----- RAW DATA -----
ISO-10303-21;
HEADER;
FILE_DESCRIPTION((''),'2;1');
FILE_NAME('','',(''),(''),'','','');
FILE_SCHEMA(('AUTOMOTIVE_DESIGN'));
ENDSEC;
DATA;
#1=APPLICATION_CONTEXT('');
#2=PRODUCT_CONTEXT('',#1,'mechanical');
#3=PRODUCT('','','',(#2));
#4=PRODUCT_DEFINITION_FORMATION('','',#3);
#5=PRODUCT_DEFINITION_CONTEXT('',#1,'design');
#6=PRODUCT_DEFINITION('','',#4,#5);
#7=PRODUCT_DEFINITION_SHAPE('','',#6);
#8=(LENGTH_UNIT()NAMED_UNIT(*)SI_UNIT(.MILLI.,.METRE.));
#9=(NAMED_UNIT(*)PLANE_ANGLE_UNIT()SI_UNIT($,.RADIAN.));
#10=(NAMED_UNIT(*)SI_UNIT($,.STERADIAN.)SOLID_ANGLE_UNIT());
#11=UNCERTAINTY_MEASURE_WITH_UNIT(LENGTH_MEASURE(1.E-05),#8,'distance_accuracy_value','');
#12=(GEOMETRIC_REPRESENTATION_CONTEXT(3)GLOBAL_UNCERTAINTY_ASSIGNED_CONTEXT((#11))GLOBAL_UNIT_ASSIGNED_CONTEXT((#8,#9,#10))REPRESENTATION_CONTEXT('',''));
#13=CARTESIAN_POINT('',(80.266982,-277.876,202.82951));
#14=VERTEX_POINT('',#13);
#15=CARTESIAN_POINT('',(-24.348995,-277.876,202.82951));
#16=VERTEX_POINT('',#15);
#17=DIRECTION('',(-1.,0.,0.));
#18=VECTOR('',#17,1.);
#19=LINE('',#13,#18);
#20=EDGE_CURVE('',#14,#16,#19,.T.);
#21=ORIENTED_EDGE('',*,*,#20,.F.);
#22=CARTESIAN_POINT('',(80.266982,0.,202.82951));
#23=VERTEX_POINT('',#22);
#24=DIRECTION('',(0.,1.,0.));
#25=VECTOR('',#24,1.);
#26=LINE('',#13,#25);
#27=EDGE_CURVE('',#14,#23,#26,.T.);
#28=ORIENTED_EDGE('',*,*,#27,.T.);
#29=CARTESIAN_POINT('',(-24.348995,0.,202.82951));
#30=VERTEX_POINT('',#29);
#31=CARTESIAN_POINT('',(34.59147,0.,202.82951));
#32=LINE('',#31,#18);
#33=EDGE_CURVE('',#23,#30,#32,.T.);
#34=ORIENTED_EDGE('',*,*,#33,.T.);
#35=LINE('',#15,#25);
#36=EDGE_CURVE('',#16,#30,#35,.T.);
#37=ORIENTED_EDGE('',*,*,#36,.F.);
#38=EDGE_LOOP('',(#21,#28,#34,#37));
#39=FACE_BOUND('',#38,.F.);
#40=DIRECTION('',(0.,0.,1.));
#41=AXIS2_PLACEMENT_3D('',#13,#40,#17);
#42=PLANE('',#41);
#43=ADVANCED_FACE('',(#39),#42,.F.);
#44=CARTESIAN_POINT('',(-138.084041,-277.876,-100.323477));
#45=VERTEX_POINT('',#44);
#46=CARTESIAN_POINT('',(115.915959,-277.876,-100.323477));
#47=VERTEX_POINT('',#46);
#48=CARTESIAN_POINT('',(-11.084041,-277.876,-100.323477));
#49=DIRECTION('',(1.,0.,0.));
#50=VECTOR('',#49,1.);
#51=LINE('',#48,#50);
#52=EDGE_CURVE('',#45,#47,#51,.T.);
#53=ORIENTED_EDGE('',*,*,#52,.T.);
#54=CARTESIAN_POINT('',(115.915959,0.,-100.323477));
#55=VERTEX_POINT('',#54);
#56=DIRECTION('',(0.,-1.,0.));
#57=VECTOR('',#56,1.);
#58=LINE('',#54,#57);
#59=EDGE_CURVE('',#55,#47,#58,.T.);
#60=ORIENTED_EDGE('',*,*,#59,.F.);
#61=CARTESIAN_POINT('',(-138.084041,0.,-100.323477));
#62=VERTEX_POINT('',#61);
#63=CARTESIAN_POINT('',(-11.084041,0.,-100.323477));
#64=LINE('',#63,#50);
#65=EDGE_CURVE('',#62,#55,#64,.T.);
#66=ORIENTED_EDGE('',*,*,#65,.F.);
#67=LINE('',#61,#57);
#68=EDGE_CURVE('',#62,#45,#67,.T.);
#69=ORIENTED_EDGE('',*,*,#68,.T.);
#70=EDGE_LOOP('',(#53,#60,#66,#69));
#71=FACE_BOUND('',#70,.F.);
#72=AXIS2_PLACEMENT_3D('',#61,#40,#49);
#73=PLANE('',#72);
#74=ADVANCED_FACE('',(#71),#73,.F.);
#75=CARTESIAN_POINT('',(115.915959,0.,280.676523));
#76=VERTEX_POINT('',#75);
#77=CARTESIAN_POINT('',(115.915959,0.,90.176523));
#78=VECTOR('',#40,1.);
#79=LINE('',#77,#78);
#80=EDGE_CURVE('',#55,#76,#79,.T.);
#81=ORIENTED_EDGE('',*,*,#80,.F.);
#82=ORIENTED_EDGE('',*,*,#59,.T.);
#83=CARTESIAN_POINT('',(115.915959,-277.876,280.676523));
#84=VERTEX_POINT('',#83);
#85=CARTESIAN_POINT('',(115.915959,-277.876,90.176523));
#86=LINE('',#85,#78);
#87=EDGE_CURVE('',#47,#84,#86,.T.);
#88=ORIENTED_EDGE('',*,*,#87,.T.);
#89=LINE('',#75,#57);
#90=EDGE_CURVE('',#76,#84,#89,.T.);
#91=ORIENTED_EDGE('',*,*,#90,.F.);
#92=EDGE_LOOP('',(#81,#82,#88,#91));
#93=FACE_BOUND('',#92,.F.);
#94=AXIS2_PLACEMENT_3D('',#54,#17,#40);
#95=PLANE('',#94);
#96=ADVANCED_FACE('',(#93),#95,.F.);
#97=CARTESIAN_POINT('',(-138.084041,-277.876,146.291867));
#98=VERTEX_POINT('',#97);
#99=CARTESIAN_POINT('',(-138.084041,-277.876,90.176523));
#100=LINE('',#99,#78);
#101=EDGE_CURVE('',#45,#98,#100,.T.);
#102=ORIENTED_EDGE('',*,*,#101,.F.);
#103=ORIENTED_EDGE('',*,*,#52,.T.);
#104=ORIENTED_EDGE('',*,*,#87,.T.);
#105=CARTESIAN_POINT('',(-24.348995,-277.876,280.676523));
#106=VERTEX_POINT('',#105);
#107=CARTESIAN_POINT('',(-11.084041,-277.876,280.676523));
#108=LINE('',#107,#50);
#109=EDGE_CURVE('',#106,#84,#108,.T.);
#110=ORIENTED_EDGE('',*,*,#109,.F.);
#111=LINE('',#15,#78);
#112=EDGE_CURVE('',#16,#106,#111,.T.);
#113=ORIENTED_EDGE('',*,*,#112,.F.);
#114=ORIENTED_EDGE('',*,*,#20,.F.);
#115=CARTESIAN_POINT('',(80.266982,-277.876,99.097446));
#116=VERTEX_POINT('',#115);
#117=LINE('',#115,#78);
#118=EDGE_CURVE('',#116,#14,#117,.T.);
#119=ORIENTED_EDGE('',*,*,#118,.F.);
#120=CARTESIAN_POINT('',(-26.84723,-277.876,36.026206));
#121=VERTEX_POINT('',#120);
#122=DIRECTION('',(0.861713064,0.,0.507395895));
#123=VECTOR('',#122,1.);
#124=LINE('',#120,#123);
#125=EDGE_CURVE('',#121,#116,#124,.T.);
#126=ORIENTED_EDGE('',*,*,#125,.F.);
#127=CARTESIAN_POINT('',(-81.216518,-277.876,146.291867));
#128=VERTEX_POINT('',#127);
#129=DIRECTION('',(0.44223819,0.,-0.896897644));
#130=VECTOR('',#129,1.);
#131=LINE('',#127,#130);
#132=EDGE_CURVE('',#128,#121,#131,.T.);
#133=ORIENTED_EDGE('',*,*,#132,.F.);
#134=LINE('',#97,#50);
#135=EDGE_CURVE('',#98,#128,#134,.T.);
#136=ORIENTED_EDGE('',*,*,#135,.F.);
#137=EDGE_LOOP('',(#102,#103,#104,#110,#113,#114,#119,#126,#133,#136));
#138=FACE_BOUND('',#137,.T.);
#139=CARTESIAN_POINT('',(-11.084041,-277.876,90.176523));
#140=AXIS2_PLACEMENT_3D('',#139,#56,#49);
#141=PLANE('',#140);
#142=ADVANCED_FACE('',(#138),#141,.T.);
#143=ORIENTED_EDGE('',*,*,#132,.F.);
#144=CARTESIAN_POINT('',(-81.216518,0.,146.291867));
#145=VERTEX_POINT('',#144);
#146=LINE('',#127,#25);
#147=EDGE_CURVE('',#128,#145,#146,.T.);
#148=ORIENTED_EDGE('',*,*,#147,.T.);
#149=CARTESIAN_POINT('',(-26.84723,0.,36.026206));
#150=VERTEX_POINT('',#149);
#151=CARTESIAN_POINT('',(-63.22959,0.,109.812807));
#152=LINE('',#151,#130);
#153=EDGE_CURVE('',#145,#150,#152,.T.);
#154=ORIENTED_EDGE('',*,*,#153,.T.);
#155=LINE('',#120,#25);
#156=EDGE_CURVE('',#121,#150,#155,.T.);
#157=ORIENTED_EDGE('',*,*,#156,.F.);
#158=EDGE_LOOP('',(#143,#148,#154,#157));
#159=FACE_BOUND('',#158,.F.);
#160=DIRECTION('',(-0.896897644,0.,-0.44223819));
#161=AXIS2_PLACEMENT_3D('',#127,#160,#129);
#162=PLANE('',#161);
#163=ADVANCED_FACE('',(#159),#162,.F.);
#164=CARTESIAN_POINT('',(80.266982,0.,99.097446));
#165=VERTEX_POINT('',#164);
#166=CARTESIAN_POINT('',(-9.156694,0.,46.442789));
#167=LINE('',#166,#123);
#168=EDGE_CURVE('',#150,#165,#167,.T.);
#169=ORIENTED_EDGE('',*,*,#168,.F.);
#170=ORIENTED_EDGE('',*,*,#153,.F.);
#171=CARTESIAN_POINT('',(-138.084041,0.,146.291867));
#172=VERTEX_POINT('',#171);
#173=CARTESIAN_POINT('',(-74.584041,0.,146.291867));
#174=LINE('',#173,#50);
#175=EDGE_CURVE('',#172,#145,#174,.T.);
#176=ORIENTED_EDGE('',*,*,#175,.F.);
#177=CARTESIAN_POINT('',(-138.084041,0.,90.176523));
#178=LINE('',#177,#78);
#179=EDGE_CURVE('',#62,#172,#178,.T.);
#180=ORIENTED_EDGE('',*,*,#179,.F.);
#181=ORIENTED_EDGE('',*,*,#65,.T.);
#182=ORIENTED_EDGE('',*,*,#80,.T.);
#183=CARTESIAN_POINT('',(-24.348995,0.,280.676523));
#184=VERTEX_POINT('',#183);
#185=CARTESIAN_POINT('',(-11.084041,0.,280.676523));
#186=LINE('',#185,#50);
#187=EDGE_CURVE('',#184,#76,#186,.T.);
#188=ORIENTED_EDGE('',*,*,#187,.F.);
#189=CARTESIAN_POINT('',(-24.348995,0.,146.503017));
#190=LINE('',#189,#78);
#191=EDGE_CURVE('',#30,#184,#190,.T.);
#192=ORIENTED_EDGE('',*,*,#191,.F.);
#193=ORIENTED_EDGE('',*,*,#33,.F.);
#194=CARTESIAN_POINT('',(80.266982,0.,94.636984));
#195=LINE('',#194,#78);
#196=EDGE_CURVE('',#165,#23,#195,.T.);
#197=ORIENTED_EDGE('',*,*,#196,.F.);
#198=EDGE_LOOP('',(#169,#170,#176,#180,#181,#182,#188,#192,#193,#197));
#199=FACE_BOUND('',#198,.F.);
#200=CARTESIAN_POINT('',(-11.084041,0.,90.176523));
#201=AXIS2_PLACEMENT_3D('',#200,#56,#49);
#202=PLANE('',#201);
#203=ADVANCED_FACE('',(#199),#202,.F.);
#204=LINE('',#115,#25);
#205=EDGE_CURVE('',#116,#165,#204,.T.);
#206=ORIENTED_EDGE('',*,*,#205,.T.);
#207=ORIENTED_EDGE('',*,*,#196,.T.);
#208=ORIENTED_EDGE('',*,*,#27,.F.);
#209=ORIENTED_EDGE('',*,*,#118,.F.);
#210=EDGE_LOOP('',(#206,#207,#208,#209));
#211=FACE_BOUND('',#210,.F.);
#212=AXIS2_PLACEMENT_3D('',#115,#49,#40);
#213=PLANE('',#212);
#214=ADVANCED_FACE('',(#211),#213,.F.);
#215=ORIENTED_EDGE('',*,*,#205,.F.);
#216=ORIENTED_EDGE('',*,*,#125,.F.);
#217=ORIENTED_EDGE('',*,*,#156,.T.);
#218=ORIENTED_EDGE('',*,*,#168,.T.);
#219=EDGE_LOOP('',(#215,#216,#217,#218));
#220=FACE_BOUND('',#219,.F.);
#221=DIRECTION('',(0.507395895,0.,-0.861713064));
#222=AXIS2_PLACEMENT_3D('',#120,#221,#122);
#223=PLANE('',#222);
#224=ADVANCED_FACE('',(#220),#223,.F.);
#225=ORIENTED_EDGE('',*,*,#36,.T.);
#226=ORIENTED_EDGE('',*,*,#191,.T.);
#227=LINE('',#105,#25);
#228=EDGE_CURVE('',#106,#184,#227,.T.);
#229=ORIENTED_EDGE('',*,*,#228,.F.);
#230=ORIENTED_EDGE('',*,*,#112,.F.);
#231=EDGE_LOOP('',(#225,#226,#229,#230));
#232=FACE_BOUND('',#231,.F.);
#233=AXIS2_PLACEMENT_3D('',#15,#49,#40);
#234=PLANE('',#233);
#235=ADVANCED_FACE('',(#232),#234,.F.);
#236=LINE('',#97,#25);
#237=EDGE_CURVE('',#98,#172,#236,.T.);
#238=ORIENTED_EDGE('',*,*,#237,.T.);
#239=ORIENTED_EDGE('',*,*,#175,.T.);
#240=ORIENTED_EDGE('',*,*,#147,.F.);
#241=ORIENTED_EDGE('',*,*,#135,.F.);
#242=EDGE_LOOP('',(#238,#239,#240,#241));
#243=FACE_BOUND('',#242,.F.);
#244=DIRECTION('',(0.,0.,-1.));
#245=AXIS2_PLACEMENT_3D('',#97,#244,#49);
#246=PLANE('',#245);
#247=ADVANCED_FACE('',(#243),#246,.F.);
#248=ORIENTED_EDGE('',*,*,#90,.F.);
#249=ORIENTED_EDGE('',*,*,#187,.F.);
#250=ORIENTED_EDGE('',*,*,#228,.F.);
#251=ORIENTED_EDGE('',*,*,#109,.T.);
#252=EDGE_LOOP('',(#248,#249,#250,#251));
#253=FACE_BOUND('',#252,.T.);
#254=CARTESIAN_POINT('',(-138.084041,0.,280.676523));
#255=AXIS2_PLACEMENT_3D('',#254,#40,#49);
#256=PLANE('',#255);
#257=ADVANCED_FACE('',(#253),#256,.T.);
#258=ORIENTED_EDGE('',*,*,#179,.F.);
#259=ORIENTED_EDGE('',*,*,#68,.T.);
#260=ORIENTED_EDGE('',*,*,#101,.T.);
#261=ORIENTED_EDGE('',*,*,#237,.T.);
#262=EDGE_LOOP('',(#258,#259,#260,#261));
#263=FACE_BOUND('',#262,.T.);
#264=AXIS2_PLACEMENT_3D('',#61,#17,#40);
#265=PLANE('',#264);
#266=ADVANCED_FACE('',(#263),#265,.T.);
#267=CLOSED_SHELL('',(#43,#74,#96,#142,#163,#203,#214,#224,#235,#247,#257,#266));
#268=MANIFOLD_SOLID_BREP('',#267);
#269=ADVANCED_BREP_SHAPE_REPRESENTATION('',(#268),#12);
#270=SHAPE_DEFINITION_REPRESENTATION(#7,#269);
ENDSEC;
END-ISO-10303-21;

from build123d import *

# Parameters (mm, degrees)
F0_W     = 254
F0_H     = 381
F1_DEPTH = 277.876
F3_DEPTH = 496.824


with BuildPart() as f1:
    # F0 (on Front) → F1 (new body)
    with BuildSketch(Plane.XZ):
        with Locations((-11.084041, 90.176523)):
            Rectangle(F0_W, F0_H)
    extrude(amount=F1_DEPTH)

    # F2 (on face) → F3 (cut)
    with BuildSketch(Plane.XZ.offset(277.876)):
        Polygon((-24.348995, 280.676523), (-138.084041, 280.676523), (-138.084041, 146.291867), (-81.216518, 146.291867), (-26.84723, 36.026206), (80.266982, 99.097446), (80.266982, 202.82951), (-24.348995, 202.82951), align=None)
    extrude(amount=-F3_DEPTH, mode=Mode.SUBTRACT)


solid = f1.part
-----
# WHAT TO DO:
Output, from the data above, the lines from the line with "#165=VERTEX_POINT('',#164);" to the line with "#181=ORIENTED_EDGE('',*,*,#65,.T.);" exactly as they stand, both ends included and nothing else.

# SOLUTION FOR THIS TASK:
#165=VERTEX_POINT('',#164);
#166=CARTESIAN_POINT('',(-9.156694,0.,46.442789));
#167=LINE('',#166,#123);
#168=EDGE_CURVE('',#150,#165,#167,.T.);
#169=ORIENTED_EDGE('',*,*,#168,.F.);
#170=ORIENTED_EDGE('',*,*,#153,.F.);
#171=CARTESIAN_POINT('',(-138.084041,0.,146.291867));
#172=VERTEX_POINT('',#171);
#173=CARTESIAN_POINT('',(-74.584041,0.,146.291867));
#174=LINE('',#173,#50);
#175=EDGE_CURVE('',#172,#145,#174,.T.);
#176=ORIENTED_EDGE('',*,*,#175,.F.);
#177=CARTESIAN_POINT('',(-138.084041,0.,90.176523));
#178=LINE('',#177,#78);
#179=EDGE_CURVE('',#62,#172,#178,.T.);
#180=ORIENTED_EDGE('',*,*,#179,.F.);
#181=ORIENTED_EDGE('',*,*,#65,.T.);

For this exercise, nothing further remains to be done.